* [Records supplied]
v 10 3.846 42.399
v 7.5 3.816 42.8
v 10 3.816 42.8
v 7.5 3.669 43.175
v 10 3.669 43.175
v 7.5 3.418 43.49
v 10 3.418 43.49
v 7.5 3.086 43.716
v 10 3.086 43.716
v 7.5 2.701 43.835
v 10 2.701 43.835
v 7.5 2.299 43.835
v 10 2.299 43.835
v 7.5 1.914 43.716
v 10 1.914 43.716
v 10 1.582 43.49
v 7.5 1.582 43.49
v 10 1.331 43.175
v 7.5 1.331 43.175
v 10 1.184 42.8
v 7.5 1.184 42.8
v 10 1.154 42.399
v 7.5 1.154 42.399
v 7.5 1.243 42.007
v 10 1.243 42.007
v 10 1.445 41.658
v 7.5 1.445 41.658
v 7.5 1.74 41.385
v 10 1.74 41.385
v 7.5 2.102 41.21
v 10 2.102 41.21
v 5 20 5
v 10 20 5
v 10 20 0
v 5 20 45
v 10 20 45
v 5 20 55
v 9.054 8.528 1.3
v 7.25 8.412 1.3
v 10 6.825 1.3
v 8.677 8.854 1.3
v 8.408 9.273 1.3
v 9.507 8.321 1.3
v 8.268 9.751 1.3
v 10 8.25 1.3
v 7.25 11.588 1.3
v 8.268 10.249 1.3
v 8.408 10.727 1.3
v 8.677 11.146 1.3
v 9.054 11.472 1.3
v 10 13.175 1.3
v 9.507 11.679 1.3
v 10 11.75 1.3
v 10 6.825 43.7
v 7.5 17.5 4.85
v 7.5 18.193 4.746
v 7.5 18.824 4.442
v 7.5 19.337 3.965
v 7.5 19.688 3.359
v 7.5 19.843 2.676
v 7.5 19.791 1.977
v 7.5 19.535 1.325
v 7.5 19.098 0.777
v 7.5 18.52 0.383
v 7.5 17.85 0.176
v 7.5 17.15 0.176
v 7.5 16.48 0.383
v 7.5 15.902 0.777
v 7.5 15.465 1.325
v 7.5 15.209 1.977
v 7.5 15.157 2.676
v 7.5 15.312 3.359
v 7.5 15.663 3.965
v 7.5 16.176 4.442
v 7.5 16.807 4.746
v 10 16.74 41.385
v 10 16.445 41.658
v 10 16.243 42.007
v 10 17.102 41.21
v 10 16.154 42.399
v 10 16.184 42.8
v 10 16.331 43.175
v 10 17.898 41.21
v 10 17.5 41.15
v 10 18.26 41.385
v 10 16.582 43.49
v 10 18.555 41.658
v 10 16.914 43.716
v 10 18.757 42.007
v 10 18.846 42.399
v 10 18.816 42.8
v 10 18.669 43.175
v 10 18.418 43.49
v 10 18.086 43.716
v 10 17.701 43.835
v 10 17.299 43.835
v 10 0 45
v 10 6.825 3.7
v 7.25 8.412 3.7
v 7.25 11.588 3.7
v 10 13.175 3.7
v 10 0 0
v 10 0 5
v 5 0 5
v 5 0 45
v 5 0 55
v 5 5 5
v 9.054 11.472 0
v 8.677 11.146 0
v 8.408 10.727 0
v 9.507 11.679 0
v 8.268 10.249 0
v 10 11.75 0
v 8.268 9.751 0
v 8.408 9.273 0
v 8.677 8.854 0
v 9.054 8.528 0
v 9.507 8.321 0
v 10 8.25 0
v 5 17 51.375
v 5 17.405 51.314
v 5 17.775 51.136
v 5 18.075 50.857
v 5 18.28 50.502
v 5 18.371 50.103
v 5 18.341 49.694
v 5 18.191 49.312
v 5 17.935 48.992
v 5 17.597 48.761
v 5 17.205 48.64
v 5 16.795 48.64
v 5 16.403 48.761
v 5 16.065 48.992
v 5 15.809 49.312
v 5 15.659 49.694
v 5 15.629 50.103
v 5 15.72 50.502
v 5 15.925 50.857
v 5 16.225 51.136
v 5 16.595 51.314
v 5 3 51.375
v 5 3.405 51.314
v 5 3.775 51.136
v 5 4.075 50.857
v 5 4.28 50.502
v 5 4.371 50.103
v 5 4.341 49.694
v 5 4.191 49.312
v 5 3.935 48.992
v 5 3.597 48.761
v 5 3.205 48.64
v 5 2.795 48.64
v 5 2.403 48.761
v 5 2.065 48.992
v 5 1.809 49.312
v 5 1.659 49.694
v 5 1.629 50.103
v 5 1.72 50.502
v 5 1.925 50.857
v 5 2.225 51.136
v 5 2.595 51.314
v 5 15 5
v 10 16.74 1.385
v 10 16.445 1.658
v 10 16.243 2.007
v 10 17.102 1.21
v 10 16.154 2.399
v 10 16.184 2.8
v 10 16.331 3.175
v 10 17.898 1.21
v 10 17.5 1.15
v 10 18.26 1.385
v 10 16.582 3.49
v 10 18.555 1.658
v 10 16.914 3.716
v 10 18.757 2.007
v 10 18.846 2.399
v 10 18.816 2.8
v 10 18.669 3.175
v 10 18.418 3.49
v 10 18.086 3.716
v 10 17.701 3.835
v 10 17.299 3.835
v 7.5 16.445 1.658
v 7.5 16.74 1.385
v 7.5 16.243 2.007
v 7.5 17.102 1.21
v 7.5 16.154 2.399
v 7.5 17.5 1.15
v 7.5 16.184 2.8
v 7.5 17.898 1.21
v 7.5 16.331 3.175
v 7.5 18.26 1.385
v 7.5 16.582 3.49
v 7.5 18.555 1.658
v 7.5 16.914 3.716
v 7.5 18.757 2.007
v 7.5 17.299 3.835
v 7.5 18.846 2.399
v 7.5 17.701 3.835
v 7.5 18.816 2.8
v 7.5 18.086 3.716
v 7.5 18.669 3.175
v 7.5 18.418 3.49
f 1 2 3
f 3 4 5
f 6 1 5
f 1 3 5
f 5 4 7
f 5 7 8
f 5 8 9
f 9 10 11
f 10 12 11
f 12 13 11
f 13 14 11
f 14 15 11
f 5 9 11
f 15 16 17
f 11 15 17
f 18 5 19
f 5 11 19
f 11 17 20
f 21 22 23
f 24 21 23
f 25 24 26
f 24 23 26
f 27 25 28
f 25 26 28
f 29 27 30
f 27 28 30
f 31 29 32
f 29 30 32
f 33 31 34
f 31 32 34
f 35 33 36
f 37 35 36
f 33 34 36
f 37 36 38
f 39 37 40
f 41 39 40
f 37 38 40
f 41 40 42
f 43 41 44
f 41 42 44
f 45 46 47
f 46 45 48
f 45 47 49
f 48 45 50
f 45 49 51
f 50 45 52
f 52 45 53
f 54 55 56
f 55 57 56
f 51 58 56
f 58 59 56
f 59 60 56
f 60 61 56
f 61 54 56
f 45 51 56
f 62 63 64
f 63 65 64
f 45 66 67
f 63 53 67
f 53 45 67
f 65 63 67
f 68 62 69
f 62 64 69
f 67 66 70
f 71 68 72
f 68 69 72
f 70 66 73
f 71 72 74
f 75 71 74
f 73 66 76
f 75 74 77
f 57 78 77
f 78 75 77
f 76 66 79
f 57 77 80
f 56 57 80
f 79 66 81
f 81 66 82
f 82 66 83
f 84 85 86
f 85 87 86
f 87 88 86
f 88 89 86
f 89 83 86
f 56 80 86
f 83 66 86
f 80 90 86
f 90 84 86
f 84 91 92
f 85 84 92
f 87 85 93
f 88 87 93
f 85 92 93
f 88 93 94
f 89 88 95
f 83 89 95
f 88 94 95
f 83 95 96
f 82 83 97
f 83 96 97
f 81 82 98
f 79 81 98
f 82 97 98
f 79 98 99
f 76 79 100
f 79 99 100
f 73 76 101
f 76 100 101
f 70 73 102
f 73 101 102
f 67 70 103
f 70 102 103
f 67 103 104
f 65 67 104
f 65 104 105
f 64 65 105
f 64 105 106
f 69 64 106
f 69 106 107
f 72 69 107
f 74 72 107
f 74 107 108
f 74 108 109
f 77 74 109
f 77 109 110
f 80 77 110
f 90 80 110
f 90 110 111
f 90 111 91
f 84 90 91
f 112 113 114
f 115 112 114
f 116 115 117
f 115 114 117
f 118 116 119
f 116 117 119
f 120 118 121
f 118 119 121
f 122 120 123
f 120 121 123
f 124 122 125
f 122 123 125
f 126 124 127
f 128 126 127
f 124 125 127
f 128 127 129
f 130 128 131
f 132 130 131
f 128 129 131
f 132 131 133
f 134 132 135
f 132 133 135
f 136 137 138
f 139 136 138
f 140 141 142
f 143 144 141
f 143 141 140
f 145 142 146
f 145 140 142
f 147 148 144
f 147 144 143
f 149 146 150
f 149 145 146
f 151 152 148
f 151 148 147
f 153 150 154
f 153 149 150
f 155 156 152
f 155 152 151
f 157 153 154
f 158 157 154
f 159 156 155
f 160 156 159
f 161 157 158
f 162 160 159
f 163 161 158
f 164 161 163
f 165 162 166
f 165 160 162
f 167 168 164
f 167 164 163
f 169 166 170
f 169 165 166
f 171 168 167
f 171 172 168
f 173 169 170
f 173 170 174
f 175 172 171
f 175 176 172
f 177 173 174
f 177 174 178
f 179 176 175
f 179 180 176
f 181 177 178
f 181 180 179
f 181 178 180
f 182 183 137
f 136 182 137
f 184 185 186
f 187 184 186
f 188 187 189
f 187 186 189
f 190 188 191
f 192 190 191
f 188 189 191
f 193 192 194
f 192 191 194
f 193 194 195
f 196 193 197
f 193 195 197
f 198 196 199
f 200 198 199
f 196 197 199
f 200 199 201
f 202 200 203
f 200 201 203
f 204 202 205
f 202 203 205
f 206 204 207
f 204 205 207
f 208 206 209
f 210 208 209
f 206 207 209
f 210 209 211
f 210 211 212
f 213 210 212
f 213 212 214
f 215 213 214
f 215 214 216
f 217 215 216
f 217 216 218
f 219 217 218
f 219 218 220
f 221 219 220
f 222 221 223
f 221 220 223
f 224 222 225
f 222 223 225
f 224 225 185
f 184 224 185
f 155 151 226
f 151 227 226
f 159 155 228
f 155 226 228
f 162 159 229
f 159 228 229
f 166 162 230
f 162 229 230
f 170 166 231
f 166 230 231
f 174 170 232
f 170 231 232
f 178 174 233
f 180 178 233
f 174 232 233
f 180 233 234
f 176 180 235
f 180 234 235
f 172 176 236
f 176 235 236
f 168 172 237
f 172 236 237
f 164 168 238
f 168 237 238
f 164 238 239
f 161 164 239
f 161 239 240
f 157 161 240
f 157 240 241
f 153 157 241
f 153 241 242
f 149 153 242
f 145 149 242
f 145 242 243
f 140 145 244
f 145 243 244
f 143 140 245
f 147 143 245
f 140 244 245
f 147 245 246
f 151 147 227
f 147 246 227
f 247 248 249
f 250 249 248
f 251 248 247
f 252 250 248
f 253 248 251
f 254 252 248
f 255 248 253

* [Work item] Each line of the records, from the opening one through the line holding "v 8.408 9.273 1.3", should be restated word for word, with nothing else in the answer.

* [Written answer]
v 10 3.846 42.399
v 7.5 3.816 42.8
v 10 3.816 42.8
v 7.5 3.669 43.175
v 10 3.669 43.175
v 7.5 3.418 43.49
v 10 3.418 43.49
v 7.5 3.086 43.716
v 10 3.086 43.716
v 7.5 2.701 43.835
v 10 2.701 43.835
v 7.5 2.299 43.835
v 10 2.299 43.835
v 7.5 1.914 43.716
v 10 1.914 43.716
v 10 1.582 43.49
v 7.5 1.582 43.49
v 10 1.331 43.175
v 7.5 1.331 43.175
v 10 1.184 42.8
v 7.5 1.184 42.8
v 10 1.154 42.399
v 7.5 1.154 42.399
v 7.5 1.243 42.007
v 10 1.243 42.007
v 10 1.445 41.658
v 7.5 1.445 41.658
v 7.5 1.74 41.385
v 10 1.74 41.385
v 7.5 2.102 41.21
v 10 2.102 41.21
v 5 20 5
v 10 20 5
v 10 20 0
v 5 20 45
v 10 20 45
v 5 20 55
v 9.054 8.528 1.3
v 7.25 8.412 1.3
v 10 6.825 1.3
v 8.677 8.854 1.3
v 8.408 9.273 1.3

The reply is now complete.